O aborto, já previsto 
Na nossa legislação, 
Teve o apoio declarado 
Do ministro Temporão, 
Que é médico bom e zeloso, 
E mostrou ser corajoso 
Ao enfrentar a questão.  

VI 
Além de excomungar 
O ministro Temporão, 
Dom José excomungou 
Da menina, sem razão, 
A mãe, a vó e a tia 
E se brincar puniria 
Até a quarta geração.  

VII 
É esquisito que a igreja, 
Que tanto prega o perdão, 
Resolva excomungar médicos 
Que cumpriram sua missão 
E num beco sem saída 
Livraram uma pobre vida 
Do fel da desilusão.  

VIII 
Mas o mundo está virado 
E cheio de desatinos: 
Missa virou presepada, 
Tem dança até do pepino, 
Padre que usa bermuda, 
Deixando mulher buchuda 
E bolindo com os meninos.  

IX 
Milhões morrendo de Aids: 
É grande a devastação, 
Mas a igreja acha bom 
Furunfar sem proteção 
E o padre prega na missa 
Que camisinha na lingüiça 
É uma coisa do Cão.  

E esta quem me contou 
Foi Lima do Camarão: 
Dom José excomungou 
A equipe de plantão, 
A família da menina 
E o ministro Temporão, 
Mas para o estuprador, 
Que por certo perdoou, 
O arcebispo reservou 
A vaga de sacristão.

(enviado por Marcella Mostaert)  

O CHARGISTA


Dom José Cardoso Sobrinho, sou católico e EXIJO que estenda a excomunhão a mim também pela solidariedade que presto à mãe e à equipe médica. Eu o estou desafiando a anunciar publicamente a minha excomunhão. Não diga: "Estendo a todos a excomunhão". Nomei-me. Aguardo... Se não o fizer, passarei a considerá-lo uma pessoa de alma pusilânime. Falo com Deus depois.

________________

* Cân, 1398 - Qui abortum procurta, effectu secuto, in escommunicationem latae sententiae incurrit (Quem provoca o aborto, seguindo-se o efeito, incorre em excomunhão latae sententiae (dada frase)). Isso é legalismo humano, dom José! Há casos e casos. O aborto deve ser abominado, pois se trata de vida humana sendo ceifada. Contudo, neste caso não, dom José Cardoso Sobrinho!  
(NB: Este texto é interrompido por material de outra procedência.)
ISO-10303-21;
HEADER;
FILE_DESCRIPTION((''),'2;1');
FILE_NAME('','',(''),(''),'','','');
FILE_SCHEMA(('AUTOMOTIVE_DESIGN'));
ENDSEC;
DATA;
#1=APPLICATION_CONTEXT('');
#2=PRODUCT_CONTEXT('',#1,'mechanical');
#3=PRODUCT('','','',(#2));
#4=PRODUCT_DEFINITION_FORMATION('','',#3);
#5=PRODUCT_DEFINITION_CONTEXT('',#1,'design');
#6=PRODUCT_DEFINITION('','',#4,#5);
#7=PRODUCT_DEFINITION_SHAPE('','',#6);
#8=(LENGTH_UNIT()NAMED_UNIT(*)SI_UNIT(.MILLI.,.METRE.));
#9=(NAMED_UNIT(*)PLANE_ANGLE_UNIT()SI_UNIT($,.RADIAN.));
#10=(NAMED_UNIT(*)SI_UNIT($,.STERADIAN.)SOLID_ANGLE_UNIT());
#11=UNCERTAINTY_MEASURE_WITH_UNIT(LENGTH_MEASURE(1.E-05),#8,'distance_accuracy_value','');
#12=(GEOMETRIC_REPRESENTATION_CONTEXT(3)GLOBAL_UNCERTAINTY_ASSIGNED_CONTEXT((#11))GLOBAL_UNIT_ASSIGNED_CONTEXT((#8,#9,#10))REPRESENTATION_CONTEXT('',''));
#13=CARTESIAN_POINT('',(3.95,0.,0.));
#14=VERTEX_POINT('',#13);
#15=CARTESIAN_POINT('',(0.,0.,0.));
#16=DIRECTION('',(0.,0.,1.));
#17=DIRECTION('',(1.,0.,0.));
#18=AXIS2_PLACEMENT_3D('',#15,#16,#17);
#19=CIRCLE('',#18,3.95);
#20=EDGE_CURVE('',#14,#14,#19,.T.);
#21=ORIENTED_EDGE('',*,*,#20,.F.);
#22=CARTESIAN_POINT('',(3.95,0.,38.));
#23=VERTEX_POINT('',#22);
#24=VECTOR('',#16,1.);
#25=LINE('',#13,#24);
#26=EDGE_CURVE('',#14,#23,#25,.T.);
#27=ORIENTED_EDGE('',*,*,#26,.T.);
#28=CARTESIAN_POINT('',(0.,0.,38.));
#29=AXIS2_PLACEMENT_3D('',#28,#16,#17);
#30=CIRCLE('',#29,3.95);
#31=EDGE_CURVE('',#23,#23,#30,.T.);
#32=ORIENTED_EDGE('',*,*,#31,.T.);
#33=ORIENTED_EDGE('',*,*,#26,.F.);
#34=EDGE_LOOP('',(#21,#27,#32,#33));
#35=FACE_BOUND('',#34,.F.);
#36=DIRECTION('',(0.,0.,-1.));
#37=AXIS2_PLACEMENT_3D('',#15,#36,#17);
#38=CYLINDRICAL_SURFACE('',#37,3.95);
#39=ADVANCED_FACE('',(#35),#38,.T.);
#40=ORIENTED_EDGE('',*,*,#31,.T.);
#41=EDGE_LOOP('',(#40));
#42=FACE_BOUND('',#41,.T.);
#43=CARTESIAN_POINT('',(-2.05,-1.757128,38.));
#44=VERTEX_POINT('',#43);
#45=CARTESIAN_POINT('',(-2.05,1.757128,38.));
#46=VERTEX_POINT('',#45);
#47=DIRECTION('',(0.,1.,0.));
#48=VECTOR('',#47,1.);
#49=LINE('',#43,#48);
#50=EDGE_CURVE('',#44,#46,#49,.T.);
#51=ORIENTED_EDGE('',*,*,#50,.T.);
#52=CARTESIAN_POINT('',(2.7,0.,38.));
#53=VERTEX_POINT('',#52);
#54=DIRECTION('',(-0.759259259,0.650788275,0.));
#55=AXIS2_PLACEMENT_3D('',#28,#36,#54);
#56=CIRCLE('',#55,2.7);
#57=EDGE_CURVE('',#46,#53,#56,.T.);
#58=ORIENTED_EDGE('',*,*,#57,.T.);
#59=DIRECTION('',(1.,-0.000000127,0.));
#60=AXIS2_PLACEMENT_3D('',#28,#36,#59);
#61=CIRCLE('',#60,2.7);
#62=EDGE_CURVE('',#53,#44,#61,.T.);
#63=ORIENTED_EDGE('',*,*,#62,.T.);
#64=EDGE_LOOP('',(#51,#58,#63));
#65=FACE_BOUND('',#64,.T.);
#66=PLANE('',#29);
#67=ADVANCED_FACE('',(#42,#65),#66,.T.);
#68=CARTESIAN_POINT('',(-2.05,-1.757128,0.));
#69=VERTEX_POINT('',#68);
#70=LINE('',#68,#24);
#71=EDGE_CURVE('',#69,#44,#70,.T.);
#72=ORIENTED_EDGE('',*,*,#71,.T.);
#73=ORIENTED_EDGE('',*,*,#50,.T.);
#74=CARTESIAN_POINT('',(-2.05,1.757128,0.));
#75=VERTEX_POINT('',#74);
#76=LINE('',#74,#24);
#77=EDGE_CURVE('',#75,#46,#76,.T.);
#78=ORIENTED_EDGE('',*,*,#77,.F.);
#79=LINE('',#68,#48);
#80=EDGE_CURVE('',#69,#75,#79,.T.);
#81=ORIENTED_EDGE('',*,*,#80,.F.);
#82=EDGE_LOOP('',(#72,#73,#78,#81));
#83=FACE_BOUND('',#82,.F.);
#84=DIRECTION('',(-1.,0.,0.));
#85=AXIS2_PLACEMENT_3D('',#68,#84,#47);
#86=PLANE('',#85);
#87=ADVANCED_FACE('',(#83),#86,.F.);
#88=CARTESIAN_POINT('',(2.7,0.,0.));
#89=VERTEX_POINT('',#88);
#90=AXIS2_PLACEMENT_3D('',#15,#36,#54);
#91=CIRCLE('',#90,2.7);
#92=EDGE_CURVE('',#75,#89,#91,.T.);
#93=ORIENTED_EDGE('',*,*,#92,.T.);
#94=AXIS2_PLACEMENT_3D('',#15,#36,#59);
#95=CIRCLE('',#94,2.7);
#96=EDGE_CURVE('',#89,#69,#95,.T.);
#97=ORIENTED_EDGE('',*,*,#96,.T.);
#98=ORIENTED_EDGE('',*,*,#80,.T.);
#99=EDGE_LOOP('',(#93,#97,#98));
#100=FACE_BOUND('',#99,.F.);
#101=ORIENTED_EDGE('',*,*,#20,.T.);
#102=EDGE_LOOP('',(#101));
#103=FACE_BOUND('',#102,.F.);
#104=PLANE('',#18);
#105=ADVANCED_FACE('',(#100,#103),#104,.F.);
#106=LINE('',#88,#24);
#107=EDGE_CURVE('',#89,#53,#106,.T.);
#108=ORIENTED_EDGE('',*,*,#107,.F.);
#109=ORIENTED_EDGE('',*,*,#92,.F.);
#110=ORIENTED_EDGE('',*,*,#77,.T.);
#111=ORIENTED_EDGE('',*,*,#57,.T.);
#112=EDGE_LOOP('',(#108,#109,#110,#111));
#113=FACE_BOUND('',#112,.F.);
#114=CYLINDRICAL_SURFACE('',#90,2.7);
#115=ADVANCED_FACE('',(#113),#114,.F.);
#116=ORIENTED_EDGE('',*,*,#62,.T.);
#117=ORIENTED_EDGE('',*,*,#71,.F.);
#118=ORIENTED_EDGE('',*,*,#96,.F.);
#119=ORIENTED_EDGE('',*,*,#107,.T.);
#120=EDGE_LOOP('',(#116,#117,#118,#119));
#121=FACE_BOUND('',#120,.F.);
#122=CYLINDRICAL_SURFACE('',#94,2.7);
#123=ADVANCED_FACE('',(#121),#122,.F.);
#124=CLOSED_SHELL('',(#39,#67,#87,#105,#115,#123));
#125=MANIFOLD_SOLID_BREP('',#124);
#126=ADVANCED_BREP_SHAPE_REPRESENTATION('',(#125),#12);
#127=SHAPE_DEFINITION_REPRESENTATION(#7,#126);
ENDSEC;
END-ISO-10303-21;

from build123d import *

# Parameters (mm, degrees)
F0_R     = 3.95
F1_DEPTH = 38


with BuildPart() as f1:
    # F0 (on Top) → F1 (new body)
    with BuildSketch(Plane.XY):
        Circle(F0_R)
        with BuildLine():
            ThreePointArc((-2.05, 1.757128), (0.93675, 2.532291), (2.7, 0))
            ThreePointArc((2.7, 0), (0.93675, -2.532291), (-2.05, -1.757128))
            ThreePointArc((-2.05, -1.757128), (-2.7, 0), (-2.05, 1.757128))
        make_face(mode=Mode.SUBTRACT)
        with BuildLine():
            Line((-2.05, -1.757128), (-2.05, 1.757128))
            ThreePointArc((-2.05, 1.757128), (-2.7, 0), (-2.05, -1.757128))
        make_face()
    extrude(amount=F1_DEPTH)


solid = f1.part
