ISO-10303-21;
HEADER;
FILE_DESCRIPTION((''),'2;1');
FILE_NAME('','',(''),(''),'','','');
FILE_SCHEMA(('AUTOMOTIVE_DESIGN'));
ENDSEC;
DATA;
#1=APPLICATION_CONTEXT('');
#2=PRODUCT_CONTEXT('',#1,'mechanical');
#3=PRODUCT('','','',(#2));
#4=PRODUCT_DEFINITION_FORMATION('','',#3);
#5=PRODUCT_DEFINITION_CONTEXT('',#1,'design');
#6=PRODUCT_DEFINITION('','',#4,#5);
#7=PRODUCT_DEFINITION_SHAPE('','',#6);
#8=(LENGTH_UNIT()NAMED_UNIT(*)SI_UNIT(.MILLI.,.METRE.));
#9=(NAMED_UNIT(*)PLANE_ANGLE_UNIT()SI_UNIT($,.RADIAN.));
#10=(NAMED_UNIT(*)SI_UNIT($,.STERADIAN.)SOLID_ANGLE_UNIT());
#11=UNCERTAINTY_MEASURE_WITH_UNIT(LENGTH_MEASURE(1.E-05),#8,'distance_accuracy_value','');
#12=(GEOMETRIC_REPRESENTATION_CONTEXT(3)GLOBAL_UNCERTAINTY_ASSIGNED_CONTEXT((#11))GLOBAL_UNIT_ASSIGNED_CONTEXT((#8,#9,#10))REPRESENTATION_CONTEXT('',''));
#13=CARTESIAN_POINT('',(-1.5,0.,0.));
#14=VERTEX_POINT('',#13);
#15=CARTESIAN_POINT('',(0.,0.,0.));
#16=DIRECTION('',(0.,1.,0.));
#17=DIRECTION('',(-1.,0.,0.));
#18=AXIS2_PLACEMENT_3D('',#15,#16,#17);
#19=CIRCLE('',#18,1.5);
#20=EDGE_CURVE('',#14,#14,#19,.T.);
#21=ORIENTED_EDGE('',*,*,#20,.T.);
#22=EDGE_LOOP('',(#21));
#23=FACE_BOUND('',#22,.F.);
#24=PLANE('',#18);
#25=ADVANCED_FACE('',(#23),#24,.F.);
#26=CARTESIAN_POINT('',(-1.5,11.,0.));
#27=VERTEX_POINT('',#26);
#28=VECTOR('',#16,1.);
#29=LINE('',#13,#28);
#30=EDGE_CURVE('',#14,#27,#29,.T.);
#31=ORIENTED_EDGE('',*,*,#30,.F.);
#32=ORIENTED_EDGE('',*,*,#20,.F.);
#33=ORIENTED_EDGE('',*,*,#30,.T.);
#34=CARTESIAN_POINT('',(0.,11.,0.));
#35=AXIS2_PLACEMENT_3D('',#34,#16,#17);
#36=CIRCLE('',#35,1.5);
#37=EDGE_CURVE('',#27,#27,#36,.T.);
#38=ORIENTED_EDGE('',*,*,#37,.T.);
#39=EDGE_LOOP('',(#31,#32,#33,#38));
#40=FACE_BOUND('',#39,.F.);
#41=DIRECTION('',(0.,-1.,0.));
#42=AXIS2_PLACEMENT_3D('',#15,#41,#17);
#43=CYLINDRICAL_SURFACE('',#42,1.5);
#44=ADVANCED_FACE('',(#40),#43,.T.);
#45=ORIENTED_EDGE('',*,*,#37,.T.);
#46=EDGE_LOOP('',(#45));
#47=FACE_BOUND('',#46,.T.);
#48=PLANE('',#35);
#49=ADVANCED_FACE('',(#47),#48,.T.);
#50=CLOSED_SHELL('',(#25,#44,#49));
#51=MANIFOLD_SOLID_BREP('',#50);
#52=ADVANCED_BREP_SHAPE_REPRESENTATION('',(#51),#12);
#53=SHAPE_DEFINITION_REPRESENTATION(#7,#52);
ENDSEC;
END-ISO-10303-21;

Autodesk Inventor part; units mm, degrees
ref_plane "YZ Plane" through (0, 0, 0) normal (1, 0, 0) x (0, 1, 0)
ref_plane "XZ Plane" through (0, 0, 0) normal (0, 1, 0) x (-1, 0, 0)
ref_plane "XY Plane" through (0, 0, 0) normal (0, 0, 1) x (1, 0, 0)
sketch "Sketch1" plane through (0, 0, 0) normal (0, 1, 0) x (-1, 0, 0)
  circle A0 centre (0, 0) radius 1.5
  dimension "d0" = 3
extrude "Extrusion1" add sketch "Sketch1" along normal blind 11
properties part number "Yellow"
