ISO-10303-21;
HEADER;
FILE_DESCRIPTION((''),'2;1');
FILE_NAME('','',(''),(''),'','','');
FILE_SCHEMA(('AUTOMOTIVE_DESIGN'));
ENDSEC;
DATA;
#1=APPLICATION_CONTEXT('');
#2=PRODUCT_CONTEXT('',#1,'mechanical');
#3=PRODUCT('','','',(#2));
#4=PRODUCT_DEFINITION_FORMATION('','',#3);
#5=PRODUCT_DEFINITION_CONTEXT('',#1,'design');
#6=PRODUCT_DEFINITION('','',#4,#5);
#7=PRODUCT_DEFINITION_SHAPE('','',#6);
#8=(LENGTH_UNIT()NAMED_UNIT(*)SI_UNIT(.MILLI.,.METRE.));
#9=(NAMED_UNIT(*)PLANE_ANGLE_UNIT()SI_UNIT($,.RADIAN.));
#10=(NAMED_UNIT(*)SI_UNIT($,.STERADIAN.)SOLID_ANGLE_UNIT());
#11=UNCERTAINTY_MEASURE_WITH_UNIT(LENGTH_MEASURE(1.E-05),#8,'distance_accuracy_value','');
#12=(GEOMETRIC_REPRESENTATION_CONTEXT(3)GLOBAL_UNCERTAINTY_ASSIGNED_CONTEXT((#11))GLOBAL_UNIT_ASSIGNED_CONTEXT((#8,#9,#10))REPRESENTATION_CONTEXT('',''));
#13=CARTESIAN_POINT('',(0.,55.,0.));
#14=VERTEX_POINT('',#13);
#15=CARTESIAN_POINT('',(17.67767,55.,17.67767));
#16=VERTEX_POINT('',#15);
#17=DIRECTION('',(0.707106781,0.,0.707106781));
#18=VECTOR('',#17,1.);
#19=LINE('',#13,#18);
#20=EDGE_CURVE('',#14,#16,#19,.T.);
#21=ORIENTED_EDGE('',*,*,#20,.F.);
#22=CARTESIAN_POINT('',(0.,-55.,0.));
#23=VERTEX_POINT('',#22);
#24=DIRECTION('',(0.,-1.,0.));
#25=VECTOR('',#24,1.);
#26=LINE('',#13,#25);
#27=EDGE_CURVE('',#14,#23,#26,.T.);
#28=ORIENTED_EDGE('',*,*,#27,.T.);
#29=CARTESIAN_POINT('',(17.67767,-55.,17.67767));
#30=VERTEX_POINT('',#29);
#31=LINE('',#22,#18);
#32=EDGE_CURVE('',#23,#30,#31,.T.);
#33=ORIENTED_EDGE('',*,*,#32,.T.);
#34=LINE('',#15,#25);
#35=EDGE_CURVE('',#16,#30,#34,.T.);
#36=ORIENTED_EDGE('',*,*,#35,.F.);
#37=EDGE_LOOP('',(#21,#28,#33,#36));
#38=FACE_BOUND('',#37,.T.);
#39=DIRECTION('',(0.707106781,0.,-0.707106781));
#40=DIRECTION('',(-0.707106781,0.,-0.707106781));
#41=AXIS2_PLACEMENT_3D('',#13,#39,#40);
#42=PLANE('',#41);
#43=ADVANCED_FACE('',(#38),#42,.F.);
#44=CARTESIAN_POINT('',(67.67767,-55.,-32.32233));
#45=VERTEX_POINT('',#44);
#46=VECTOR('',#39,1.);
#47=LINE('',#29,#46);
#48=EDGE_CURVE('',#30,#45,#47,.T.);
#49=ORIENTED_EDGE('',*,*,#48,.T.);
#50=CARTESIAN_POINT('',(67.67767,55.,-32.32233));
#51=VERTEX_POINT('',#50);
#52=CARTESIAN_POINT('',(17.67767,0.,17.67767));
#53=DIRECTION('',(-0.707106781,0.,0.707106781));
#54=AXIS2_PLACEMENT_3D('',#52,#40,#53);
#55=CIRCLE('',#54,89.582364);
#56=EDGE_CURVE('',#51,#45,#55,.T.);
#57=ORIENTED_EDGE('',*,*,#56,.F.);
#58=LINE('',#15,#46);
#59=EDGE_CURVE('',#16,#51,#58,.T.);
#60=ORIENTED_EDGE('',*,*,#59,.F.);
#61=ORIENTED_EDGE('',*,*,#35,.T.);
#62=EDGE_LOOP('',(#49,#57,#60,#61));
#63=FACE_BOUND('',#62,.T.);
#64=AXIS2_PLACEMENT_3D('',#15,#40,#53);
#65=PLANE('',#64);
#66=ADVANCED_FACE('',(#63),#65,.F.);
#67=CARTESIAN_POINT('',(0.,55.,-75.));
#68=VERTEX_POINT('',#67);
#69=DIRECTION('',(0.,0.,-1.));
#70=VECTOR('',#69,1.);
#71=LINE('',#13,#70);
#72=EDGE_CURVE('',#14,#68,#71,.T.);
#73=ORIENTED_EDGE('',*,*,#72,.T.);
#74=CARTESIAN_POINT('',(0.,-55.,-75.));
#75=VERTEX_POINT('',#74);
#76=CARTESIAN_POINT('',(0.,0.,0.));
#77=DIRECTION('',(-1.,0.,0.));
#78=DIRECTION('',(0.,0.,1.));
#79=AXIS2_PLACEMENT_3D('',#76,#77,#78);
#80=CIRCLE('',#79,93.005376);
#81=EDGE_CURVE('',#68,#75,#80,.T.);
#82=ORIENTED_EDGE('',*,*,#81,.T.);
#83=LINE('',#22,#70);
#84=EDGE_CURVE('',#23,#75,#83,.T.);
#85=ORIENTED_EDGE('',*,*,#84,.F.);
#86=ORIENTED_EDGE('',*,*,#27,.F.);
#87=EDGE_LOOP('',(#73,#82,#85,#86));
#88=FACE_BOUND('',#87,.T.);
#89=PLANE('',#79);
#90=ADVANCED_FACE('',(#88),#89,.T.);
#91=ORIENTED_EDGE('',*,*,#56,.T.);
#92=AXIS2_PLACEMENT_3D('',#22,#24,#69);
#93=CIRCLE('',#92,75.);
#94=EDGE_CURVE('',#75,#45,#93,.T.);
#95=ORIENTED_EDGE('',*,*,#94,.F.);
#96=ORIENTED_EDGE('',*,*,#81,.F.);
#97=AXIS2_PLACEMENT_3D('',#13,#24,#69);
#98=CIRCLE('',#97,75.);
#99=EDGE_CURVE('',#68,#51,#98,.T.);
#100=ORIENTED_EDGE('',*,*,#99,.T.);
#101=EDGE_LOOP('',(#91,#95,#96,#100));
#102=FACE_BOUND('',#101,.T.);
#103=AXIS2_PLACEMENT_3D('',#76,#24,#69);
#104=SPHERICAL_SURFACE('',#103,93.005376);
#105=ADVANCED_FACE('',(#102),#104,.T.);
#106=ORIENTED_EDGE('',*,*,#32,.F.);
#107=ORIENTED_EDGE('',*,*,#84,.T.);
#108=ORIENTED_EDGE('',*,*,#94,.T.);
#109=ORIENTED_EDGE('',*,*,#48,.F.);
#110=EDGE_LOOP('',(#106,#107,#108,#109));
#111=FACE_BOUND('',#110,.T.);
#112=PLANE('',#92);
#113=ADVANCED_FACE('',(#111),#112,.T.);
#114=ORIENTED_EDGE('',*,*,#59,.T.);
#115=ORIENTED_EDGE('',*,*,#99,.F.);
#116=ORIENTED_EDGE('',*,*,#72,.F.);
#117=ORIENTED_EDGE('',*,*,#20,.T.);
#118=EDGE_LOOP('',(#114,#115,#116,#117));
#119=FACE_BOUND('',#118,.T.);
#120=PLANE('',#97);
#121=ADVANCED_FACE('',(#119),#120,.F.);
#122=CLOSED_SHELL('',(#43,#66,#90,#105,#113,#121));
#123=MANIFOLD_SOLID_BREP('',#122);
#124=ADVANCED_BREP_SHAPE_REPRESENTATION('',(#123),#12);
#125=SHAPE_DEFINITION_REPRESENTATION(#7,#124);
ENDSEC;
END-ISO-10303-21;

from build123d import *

# Parameters (mm, degrees)
OBR_T1_ANGLE               = 180
WYTNIJ_WYCI_GNI_CIE6_DEPTH = 172.464281995
WYTNIJ_WYCI_GNI_CIE7_DEPTH = 166.271168412


with BuildPart() as part:
    # Szkic1 → Obrót1 (revolve)
    with BuildSketch(Plane(origin=(0, 0, 0), x_dir=(0, 0, -1), z_dir=(1, 0, 0))):
        with BuildLine():
            Line((0, -55), (0, 55))
            Line((0, 55), (-75, 55))
            ThreePointArc((-75, 55), (-93.005376189, 0), (-75, -55))
            Line((-75, -55), (0, -55))
        make_face()
    revolve(axis=Axis((0, -55, 0), (0, 1, 0)), revolution_arc=OBR_T1_ANGLE)

    # Szkic2 → Wytnij-wyciągnięcie6 (cut, through all)
    with BuildSketch(Plane.XZ.offset(55)):
        with BuildLine():
            Line((-50.140376582, 0), (-26.065901524, 0))
            Line((-26.065901524, 0), (-26.065901524, 75))
            Line((-26.065901524, 75), (0, 75))
            ThreePointArc((0, 75), (6.164498497, 74.746230395), (12.287280664, 73.986638888))
            ThreePointArc((12.287280664, 73.986638888), (66.513138224, 34.655482158), (67.67766953, -32.32233047))
            Line((67.67766953, -32.32233047), (87.353699516, -51.998360457))
            Line((87.353699516, -51.998360457), (99.71705874, -51.998360457))
            Line((99.71705874, -51.998360457), (99.71705874, 112.393065192))
            Line((99.71705874, 112.393065192), (-50.140376582, 112.393065192))
            Line((-50.140376582, 112.393065192), (-50.140376582, 0))
        make_face()
    extrude(amount=-WYTNIJ_WYCI_GNI_CIE6_DEPTH, mode=Mode.SUBTRACT)

    # Szkic6 → Wytnij-wyciągnięcie7 (cut, through all)
    with BuildSketch(Plane.XZ.offset(55)):
        with BuildLine():
            ThreePointArc((67.67766953, -32.32233047), (63.439635817, 40.00515726), (0, 75))
            Line((0, 75), (0, 0))
            Line((0, 0), (17.67766953, 17.67766953))
            Line((17.67766953, 17.67766953), (67.67766953, -32.32233047))
        make_face()
    extrude(amount=-WYTNIJ_WYCI_GNI_CIE7_DEPTH, mode=Mode.SUBTRACT)


solid = part.part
O Cânon 1311 dispõe que "A igreja tem o direito nativo e próprio de punir com sanções penais os fiéis delinquentes". Como posso, simplesmente, chamar quem incorre em suposto pecado de delinquente sem ao menos lhe dar a oportunidade de se explicar, dom José Cardoso Sobrinho? É neste "direito nativo" em que o senhor se apoia?!?! Estreitismo e fundamentalismo religioso, dom José Cardoso Sobrinho!  

O cânon 1323, do referido Código de Direito Canônico, ainda estabelece que os fiéis que, sem culpa, ignoram estar violando uma lei ou preceito não são passíveis de nenhuma pena. É o caso da menina (se ela for católica, dom José Cardoso Sobrinho. Se não for, não "inflói e nem contribói".) Quanto à mãe e à equipe médica, as razões para a não-punição dizem respeito à preservação da vida da garotinha.   

** O Código Penal brasileiro prevê detenção de 1 a 10 anos para crime contra a vida (o aborto é tipificado como "crime contra a vida"). Entretanto, no mesmo Código Penal, o artigo 128 dispõe que não se pune o crime de aborto se houver as seguintes hipóteses: 1. quando não há outro meio para salvar a vida da mãe. 2. quando a gravidez resulta de estupro. Esta é a situação da criança que foi submetida ao processo abortivo, dom José. Esta é a situação que salvaguarda a conduta da equipe médica, dom José.